___ Raw data ___
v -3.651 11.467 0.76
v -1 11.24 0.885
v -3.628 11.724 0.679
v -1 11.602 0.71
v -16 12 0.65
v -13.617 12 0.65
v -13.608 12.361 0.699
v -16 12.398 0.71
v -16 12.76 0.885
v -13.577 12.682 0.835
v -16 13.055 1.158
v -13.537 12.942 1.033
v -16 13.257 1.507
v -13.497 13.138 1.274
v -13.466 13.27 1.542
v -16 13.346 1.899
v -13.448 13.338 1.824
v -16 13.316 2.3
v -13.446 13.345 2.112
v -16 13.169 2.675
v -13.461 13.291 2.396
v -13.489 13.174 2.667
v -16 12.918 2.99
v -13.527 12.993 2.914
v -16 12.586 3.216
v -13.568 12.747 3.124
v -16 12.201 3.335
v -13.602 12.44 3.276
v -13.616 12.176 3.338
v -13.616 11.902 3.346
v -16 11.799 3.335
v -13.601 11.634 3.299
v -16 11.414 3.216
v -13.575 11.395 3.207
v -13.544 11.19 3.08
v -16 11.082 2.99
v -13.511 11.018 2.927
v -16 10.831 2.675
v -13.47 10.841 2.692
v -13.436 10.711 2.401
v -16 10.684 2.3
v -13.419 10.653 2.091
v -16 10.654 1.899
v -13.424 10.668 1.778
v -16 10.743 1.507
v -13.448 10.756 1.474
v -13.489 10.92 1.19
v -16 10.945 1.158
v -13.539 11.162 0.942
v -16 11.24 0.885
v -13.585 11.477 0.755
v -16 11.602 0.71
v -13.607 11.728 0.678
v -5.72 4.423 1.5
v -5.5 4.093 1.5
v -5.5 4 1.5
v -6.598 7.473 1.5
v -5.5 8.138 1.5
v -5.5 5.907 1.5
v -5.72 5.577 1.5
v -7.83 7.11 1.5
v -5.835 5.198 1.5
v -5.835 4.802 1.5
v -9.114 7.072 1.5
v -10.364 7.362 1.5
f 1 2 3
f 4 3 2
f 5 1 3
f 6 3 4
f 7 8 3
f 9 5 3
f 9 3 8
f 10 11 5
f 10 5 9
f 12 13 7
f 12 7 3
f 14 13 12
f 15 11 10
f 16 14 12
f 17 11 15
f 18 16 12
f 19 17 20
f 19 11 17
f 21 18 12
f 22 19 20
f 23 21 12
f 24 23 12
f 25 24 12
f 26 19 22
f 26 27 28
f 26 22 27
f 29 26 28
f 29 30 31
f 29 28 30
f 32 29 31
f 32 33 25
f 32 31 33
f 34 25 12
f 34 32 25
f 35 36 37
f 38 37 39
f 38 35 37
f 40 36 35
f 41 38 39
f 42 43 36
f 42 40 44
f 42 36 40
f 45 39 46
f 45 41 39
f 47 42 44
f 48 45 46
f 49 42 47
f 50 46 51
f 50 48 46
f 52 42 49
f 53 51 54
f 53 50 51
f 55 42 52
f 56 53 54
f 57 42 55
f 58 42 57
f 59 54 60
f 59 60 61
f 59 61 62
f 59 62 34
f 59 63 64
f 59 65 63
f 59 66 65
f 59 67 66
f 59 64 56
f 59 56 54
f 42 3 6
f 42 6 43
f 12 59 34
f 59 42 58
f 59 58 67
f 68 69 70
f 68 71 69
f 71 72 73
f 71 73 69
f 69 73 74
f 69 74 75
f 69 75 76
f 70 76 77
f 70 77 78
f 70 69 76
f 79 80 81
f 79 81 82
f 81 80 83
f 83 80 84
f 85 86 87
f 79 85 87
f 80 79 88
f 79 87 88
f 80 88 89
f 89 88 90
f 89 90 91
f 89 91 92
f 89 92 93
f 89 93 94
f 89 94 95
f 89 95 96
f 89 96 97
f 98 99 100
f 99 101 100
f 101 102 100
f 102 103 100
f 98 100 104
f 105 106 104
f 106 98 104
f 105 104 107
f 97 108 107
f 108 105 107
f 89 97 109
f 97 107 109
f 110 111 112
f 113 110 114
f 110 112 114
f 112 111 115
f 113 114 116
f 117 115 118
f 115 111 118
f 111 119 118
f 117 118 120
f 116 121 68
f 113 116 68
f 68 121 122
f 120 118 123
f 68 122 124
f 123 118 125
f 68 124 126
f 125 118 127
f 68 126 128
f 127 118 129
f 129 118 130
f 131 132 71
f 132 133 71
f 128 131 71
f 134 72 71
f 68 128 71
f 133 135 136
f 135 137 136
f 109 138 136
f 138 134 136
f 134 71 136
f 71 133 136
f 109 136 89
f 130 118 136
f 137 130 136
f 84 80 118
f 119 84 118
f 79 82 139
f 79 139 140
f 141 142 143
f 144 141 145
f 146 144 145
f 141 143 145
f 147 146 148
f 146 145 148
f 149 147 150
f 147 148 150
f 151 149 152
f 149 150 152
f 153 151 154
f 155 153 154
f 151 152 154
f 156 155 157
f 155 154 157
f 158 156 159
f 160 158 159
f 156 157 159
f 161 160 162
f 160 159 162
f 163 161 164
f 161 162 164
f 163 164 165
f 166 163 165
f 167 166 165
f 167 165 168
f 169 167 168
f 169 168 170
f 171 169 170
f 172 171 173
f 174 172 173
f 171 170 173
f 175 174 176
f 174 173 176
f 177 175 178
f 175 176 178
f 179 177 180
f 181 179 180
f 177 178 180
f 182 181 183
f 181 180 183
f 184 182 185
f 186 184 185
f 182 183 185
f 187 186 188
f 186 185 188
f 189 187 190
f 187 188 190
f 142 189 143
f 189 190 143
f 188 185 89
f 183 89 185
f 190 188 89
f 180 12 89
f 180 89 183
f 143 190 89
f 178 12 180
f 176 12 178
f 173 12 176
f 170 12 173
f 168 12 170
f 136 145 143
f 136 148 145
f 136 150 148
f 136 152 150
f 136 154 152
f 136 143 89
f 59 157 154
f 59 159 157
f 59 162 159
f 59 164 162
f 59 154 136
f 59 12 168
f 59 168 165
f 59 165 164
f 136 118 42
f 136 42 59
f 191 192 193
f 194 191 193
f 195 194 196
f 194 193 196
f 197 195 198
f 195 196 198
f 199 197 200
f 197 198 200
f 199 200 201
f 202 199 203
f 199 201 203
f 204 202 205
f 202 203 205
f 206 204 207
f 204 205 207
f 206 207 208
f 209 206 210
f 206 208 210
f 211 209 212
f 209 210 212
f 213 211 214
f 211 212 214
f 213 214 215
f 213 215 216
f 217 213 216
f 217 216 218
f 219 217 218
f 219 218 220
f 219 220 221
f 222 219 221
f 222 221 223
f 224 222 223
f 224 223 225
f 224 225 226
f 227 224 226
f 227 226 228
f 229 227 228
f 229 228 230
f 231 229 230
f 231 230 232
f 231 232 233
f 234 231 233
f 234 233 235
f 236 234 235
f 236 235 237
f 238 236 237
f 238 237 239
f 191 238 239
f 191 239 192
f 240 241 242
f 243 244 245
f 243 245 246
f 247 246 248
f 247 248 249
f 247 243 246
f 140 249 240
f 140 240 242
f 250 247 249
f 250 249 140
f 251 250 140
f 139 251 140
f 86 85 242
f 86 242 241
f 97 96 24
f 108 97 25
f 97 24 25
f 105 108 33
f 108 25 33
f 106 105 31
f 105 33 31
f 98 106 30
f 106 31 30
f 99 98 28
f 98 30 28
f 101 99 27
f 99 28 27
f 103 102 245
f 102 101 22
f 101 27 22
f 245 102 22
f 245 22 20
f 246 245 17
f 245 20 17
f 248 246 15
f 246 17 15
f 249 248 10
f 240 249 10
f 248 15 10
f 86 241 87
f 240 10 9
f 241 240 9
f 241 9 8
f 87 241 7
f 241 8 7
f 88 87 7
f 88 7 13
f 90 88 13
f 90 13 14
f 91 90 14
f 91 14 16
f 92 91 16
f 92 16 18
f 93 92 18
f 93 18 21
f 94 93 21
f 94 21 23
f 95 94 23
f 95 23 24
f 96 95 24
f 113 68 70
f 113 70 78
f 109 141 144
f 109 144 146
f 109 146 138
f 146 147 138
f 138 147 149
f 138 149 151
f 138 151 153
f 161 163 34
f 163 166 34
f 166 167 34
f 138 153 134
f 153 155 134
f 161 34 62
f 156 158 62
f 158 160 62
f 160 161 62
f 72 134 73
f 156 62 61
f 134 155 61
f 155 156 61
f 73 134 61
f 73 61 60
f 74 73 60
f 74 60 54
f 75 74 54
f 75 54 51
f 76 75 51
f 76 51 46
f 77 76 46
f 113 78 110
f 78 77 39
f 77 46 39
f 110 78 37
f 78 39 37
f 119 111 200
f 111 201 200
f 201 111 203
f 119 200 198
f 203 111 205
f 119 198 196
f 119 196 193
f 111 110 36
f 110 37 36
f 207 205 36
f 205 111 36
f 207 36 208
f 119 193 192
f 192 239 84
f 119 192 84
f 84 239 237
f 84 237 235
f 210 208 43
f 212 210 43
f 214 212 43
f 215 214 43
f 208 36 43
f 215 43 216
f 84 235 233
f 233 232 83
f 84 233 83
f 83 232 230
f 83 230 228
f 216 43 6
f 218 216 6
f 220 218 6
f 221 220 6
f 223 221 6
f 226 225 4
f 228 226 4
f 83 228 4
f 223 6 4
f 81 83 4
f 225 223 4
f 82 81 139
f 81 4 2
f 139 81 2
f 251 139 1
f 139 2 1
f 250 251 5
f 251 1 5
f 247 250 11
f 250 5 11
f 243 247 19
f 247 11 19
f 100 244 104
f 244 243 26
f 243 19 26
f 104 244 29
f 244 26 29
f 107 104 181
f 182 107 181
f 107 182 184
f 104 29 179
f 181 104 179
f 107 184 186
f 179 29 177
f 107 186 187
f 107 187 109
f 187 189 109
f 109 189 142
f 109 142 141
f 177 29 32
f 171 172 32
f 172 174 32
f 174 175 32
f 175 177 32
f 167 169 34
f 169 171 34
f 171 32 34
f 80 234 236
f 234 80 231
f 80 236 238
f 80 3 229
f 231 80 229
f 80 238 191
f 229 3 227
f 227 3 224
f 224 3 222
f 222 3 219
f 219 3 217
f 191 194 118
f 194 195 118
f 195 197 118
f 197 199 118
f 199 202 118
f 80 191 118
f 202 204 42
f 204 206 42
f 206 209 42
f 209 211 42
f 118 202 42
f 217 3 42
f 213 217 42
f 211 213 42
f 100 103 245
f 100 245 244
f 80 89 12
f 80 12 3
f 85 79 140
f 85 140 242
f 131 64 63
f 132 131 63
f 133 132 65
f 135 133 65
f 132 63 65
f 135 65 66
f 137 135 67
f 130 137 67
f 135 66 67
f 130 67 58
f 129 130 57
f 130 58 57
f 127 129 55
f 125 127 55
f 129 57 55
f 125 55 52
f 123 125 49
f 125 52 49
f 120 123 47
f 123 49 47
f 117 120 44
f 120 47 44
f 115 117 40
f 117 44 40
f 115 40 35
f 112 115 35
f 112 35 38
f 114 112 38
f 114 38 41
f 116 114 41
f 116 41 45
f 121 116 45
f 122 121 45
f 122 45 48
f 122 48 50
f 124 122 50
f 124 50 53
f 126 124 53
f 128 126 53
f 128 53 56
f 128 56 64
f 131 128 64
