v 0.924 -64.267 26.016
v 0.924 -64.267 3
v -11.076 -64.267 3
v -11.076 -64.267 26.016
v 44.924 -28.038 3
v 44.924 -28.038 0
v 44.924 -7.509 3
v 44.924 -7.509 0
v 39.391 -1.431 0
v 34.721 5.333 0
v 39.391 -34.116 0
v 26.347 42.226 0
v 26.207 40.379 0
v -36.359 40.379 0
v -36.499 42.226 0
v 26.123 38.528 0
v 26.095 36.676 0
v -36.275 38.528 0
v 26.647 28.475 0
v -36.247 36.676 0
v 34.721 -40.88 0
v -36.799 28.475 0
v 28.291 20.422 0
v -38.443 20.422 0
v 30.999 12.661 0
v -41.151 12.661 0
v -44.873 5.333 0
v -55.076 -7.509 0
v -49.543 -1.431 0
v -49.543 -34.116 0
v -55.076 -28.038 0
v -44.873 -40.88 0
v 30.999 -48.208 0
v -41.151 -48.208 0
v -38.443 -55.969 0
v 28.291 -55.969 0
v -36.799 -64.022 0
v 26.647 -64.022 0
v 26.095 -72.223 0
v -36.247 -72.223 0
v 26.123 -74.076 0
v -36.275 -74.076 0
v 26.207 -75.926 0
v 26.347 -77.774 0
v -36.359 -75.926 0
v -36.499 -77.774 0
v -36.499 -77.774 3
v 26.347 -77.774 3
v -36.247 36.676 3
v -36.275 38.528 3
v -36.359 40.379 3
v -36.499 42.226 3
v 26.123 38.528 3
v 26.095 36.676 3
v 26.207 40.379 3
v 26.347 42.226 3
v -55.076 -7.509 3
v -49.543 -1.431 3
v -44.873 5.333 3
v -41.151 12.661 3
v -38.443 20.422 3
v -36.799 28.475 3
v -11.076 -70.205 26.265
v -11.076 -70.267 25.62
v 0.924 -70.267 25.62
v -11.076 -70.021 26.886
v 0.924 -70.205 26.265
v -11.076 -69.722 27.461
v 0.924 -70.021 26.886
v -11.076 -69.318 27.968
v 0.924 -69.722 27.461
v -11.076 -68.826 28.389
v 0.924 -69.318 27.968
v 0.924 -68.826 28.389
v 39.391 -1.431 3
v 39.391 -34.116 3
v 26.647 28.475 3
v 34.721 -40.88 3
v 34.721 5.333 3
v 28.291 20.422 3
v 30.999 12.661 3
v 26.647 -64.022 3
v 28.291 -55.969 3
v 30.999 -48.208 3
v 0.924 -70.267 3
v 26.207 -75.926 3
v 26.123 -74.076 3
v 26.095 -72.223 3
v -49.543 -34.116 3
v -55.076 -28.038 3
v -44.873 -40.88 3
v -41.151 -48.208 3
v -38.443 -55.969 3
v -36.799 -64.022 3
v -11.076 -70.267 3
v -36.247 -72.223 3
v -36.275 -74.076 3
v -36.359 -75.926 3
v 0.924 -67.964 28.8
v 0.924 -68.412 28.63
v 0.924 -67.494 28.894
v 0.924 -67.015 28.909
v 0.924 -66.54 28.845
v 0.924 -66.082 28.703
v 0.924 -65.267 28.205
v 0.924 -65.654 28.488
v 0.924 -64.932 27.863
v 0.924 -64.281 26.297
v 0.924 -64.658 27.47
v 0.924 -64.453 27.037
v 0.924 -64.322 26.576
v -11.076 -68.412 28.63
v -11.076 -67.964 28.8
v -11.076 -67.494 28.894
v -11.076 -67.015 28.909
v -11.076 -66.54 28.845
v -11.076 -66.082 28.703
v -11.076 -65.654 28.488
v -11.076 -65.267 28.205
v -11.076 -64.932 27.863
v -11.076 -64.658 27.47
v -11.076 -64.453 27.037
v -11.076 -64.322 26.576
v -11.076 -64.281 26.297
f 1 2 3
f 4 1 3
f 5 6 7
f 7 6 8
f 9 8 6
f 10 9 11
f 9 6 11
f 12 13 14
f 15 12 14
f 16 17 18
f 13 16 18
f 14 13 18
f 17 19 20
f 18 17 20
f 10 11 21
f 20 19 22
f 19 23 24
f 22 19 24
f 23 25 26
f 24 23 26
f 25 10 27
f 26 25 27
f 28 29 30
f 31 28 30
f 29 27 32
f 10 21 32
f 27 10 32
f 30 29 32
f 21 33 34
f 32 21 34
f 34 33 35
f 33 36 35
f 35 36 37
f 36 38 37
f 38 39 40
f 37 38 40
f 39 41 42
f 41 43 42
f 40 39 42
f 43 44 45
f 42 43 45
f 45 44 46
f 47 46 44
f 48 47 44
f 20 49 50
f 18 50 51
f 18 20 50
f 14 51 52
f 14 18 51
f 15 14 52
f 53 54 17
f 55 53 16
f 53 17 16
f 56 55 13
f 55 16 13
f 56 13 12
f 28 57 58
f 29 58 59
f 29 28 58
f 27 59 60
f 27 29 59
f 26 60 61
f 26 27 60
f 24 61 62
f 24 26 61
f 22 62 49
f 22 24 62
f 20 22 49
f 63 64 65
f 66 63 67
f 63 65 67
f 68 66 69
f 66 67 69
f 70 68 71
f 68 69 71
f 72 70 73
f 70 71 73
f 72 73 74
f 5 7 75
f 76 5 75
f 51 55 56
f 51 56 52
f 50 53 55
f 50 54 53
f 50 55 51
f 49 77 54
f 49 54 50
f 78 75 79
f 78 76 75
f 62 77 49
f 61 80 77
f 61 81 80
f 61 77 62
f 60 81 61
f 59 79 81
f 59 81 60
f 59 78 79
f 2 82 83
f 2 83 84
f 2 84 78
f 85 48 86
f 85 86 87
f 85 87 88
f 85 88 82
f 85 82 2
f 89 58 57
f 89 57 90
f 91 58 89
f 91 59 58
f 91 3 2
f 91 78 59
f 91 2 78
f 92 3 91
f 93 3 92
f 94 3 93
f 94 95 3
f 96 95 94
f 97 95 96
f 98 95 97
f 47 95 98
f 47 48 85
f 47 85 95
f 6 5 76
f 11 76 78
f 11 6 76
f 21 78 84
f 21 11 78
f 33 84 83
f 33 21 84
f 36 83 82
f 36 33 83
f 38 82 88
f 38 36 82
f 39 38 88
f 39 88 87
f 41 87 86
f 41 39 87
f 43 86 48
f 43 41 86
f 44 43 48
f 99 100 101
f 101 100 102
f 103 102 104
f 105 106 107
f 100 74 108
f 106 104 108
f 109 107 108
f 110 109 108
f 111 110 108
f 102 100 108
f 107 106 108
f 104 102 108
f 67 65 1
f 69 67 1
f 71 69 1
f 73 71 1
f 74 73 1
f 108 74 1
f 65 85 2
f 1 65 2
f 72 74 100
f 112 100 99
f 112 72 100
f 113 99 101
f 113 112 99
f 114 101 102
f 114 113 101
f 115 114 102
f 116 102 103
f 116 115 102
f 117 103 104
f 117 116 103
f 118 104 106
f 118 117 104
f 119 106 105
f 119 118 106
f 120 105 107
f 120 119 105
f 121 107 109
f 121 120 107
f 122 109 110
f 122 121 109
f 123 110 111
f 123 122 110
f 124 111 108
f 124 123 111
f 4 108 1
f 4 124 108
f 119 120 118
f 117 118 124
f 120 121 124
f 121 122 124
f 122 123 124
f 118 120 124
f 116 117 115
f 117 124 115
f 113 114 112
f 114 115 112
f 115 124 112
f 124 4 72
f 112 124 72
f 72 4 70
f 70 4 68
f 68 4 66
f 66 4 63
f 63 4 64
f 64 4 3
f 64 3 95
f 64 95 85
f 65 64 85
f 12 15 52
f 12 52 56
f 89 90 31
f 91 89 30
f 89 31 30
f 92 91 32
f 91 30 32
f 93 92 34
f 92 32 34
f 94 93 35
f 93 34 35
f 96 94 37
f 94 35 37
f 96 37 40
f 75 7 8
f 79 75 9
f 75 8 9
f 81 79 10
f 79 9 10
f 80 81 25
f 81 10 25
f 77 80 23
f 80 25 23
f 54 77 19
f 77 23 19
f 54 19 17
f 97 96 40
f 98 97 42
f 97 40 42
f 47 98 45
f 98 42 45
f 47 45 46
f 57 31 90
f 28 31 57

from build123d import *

# Parameters (mm, degrees)
F1_DEPTH = 3
F2_DEPTH = 57
F6_DEPTH = 26
F7_R     = 3.379899
F8_R     = 2.897056


with BuildPart() as f1:
    # F0 (on Top) → F1 (new body)
    with BuildSketch(Plane.XY):
        with BuildLine():
            Line((-55.075931, -7.509255), (-55.075931, 42.226299))
            Line((-55.075931, 42.226299), (-36.499178, 42.226299))
            ThreePointArc((-36.499178, 42.226299), (-154.89147, 58.109982), (-55.075931, -7.509255))
        make_face()
        with BuildLine():
            Line((-36.499178, 42.226299), (-55.075931, 42.226299))
            Line((-55.075931, 42.226299), (-55.075931, -7.509255))
            ThreePointArc((-55.075931, -7.509255), (-41.150625, 12.660964), (-36.247192, 36.675714))
            ThreePointArc((-36.247192, 36.675714), (-36.310221, 39.453865), (-36.499178, 42.226299))
        make_face()
        with BuildLine():
            Line((-5.075931, 42.226299), (-36.499178, 42.226299))
            ThreePointArc((-36.499178, 42.226299), (-36.310221, 39.453865), (-36.247192, 36.675714))
            ThreePointArc((-36.247192, 36.675714), (-41.150625, 12.660964), (-55.075931, -7.509255))
            Line((-55.075931, -7.509255), (-55.075931, -17.773701))
            Line((-55.075931, -17.773701), (-5.075931, -17.773701))
            Line((-5.075931, -17.773701), (-5.075931, 42.226299))
        make_face()
    extrude(amount=F1_DEPTH)

    # F0 (on Top) → F2 (cut)
    with BuildSketch(Plane.XY):
        with BuildLine():
            Line((-36.499178, 42.226299), (-55.075931, 42.226299))
            Line((-55.075931, 42.226299), (-55.075931, -7.509255))
            ThreePointArc((-55.075931, -7.509255), (-41.150625, 12.660964), (-36.247192, 36.675714))
            ThreePointArc((-36.247192, 36.675714), (-36.310221, 39.453865), (-36.499178, 42.226299))
        make_face()
        with BuildLine():
            Line((-55.075931, -7.509255), (-55.075931, 42.226299))
            Line((-55.075931, 42.226299), (-36.499178, 42.226299))
            ThreePointArc((-36.499178, 42.226299), (-154.89147, 58.109982), (-55.075931, -7.509255))
        make_face()
    extrude(amount=F2_DEPTH, mode=Mode.SUBTRACT)

    # F3: F1 across face


with BuildPart() as f1_1:
    add(f1.part)
    add(f1.part.mirror(Plane(origin=(-5.075931, 12.226299, 1.5), x_dir=(0, 1, 0), z_dir=(1, 0, 0))))

    # F4: F1 across face


with BuildPart() as f1_2:
    add(f1_1.part)
    add(f1_1.part.mirror(Plane(origin=(-5.075931, -17.773701, 1.5), x_dir=(1, 0, 0), z_dir=(0, -1, 0))))

    # F5 (on face) → F6 (join)
    with BuildSketch(Plane.XY.offset(3)):
        Polygon((-11.076178, -70.267022), (-5.076178, -70.267022), (0.923822, -70.267022), (0.923822, -64.267022), (-5.076178, -64.267022), (-11.076178, -64.267022), align=None)
    extrude(amount=F6_DEPTH)

    # F7
    f7_edges = [f1_2.edges().sort_by_distance(p)[0] for p in [
        (-5.076178, -70.267022, 29),
    ]]
    fillet(f7_edges, radius=F7_R)

    # F8
    f8_edges = [f1_2.edges().sort_by_distance(p)[0] for p in [
        (-5.076178, -64.267022, 29),
    ]]
    fillet(f8_edges, radius=F8_R)


solid = f1_2.part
___
■ **Directions**:
Write out only the lines from the very start of the entries above to the line that includes "v -16 11.602 0.71", both ends included, each one unchanged.

■ **Expected answer**:
v -3.651 11.467 0.76
v -1 11.24 0.885
v -3.628 11.724 0.679
v -1 11.602 0.71
v -16 12 0.65
v -13.617 12 0.65
v -13.608 12.361 0.699
v -16 12.398 0.71
v -16 12.76 0.885
v -13.577 12.682 0.835
v -16 13.055 1.158
v -13.537 12.942 1.033
v -16 13.257 1.507
v -13.497 13.138 1.274
v -13.466 13.27 1.542
v -16 13.346 1.899
v -13.448 13.338 1.824
v -16 13.316 2.3
v -13.446 13.345 2.112
v -16 13.169 2.675
v -13.461 13.291 2.396
v -13.489 13.174 2.667
v -16 12.918 2.99
v -13.527 12.993 2.914
v -16 12.586 3.216
v -13.568 12.747 3.124
v -16 12.201 3.335
v -13.602 12.44 3.276
v -13.616 12.176 3.338
v -13.616 11.902 3.346
v -16 11.799 3.335
v -13.601 11.634 3.299
v -16 11.414 3.216
v -13.575 11.395 3.207
v -13.544 11.19 3.08
v -16 11.082 2.99
v -13.511 11.018 2.927
v -16 10.831 2.675
v -13.47 10.841 2.692
v -13.436 10.711 2.401
v -16 10.684 2.3
v -13.419 10.653 2.091
v -16 10.654 1.899
v -13.424 10.668 1.778
v -16 10.743 1.507
v -13.448 10.756 1.474
v -13.489 10.92 1.19
v -16 10.945 1.158
v -13.539 11.162 0.942
v -16 11.24 0.885
v -13.585 11.477 0.755
v -16 11.602 0.71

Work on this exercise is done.